Work required — Could you reproduce, word for word, everything below from the line containing "f 74 113 115" down to the line containing "f 87 99 125", with both of those lines included and no others?

Input for this task —
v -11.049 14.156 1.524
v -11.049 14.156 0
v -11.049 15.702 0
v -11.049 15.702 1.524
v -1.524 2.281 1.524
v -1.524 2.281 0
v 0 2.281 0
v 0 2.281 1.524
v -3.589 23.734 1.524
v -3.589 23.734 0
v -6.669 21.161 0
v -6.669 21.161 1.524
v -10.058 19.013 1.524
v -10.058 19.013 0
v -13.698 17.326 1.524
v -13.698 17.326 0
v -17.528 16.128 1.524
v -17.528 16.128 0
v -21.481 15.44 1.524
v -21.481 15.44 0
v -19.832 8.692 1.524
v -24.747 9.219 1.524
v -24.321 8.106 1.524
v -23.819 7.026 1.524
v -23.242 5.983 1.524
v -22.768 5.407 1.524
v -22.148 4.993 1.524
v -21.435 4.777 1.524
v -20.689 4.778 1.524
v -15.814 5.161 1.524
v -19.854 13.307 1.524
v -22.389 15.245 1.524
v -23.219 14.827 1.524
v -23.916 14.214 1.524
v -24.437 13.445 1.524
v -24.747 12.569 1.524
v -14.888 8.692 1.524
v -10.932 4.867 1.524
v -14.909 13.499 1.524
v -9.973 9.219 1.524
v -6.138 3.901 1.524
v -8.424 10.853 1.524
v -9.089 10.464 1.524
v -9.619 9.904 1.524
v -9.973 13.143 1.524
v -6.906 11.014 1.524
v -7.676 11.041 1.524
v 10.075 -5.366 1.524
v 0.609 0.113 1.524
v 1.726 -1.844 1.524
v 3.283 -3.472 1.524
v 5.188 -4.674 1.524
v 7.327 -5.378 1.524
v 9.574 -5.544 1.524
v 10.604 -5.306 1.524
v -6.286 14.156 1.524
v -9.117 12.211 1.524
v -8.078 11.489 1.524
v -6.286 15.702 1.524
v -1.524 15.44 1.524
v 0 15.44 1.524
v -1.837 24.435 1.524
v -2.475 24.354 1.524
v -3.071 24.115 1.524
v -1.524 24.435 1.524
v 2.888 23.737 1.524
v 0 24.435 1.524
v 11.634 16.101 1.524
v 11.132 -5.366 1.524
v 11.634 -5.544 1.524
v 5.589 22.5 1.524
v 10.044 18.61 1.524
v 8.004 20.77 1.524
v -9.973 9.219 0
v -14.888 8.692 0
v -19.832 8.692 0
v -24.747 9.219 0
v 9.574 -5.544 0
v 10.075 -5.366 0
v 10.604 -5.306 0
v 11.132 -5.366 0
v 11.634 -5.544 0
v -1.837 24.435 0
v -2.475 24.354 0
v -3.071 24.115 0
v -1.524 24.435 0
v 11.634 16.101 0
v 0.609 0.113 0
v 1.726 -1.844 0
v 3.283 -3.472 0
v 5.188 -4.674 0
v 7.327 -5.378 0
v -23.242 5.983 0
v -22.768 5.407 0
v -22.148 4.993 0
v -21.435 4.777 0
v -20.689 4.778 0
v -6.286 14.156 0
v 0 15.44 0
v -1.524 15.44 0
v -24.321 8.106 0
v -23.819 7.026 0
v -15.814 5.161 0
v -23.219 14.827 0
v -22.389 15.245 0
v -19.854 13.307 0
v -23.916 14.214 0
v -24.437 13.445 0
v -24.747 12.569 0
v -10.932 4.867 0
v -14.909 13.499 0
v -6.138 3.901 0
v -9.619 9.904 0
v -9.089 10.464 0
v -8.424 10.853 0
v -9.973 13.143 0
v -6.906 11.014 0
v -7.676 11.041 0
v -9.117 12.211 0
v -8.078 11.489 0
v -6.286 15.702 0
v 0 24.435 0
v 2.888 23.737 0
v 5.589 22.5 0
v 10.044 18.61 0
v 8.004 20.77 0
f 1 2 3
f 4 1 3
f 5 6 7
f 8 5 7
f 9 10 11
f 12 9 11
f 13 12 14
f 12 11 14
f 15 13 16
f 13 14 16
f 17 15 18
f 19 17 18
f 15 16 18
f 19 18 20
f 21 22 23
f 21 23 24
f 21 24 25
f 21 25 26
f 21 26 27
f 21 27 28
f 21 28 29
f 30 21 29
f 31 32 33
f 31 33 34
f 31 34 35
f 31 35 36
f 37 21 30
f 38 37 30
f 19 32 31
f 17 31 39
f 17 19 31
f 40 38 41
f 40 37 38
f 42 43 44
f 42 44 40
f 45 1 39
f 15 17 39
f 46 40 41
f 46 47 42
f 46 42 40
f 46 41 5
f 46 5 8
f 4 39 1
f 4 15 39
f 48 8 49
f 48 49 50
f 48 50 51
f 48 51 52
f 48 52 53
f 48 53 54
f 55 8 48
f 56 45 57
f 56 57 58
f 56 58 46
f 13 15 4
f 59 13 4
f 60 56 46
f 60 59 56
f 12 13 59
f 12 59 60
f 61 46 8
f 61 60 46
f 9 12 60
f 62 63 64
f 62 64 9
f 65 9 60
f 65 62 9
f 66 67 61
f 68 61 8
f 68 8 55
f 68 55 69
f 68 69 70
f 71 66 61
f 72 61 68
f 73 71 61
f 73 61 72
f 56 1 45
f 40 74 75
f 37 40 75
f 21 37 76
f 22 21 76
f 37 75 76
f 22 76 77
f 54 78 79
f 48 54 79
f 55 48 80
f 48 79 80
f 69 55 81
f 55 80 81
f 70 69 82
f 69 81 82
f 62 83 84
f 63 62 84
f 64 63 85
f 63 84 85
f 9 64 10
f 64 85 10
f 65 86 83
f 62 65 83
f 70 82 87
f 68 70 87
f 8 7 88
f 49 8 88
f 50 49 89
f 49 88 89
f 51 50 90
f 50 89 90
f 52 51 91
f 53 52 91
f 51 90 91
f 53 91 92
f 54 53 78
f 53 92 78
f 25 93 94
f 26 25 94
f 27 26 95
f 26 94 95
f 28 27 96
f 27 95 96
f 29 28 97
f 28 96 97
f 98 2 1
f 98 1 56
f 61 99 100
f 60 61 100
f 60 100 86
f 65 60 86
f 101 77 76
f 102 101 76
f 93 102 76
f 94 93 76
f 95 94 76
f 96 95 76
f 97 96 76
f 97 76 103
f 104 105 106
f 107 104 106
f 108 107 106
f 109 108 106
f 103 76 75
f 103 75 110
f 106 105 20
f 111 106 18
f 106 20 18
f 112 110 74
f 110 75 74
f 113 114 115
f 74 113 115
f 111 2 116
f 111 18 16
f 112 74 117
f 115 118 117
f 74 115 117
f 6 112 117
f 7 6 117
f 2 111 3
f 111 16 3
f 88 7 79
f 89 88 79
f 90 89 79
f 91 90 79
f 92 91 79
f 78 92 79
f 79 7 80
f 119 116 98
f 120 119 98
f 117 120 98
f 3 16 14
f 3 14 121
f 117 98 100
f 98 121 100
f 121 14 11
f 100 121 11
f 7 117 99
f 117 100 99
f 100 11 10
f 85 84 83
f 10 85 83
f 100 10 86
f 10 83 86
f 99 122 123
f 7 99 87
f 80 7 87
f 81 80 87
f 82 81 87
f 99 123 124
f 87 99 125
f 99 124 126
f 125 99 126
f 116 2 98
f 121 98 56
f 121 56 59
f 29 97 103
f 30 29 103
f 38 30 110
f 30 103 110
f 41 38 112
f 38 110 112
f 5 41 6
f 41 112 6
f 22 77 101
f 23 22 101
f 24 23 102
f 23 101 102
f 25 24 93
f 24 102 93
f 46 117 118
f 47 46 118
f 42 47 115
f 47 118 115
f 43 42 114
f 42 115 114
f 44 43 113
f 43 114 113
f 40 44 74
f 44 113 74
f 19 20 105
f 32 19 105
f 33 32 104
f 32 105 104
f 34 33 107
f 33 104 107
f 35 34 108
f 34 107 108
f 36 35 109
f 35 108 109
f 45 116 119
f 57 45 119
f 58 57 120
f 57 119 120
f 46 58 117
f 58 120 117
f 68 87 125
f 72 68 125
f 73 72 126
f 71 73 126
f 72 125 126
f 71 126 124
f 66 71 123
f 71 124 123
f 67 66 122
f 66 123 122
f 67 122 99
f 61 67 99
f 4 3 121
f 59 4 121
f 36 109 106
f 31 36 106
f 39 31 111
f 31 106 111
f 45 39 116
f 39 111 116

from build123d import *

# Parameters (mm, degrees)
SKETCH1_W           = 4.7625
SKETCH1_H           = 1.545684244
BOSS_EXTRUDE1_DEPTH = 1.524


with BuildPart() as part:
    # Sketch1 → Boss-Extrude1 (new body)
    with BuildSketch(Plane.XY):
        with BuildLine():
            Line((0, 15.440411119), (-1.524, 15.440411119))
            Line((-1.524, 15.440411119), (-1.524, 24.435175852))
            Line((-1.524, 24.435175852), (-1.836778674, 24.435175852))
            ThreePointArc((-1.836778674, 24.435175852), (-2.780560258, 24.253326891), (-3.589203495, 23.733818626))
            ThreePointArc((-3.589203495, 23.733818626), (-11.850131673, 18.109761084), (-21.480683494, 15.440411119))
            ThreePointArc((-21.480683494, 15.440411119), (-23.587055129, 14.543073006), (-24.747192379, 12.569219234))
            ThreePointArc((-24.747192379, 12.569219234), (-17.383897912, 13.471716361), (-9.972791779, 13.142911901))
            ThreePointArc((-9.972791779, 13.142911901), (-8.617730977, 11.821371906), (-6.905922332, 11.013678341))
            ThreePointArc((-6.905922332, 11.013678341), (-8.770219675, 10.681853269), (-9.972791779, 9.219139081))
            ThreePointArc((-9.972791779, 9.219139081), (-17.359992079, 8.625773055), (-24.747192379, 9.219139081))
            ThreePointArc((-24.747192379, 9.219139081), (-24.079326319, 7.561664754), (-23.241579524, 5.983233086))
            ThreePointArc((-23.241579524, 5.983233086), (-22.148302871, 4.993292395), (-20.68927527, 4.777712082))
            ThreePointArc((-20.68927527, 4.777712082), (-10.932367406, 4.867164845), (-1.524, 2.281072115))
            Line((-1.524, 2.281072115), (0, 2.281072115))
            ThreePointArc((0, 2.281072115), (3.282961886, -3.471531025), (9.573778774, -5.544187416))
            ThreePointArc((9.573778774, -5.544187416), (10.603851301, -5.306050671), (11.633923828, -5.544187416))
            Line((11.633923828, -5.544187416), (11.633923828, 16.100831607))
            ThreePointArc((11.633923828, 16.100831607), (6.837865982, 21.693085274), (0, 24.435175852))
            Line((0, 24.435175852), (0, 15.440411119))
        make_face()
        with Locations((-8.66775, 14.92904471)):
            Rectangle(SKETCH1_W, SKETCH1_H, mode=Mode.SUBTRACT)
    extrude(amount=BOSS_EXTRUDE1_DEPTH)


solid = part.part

Solution for this exercise —
f 74 113 115
f 111 2 116
f 111 18 16
f 112 74 117
f 115 118 117
f 74 115 117
f 6 112 117
f 7 6 117
f 2 111 3
f 111 16 3
f 88 7 79
f 89 88 79
f 90 89 79
f 91 90 79
f 92 91 79
f 78 92 79
f 79 7 80
f 119 116 98
f 120 119 98
f 117 120 98
f 3 16 14
f 3 14 121
f 117 98 100
f 98 121 100
f 121 14 11
f 100 121 11
f 7 117 99
f 117 100 99
f 100 11 10
f 85 84 83
f 10 85 83
f 100 10 86
f 10 83 86
f 99 122 123
f 7 99 87
f 80 7 87
f 81 80 87
f 82 81 87
f 99 123 124
f 87 99 125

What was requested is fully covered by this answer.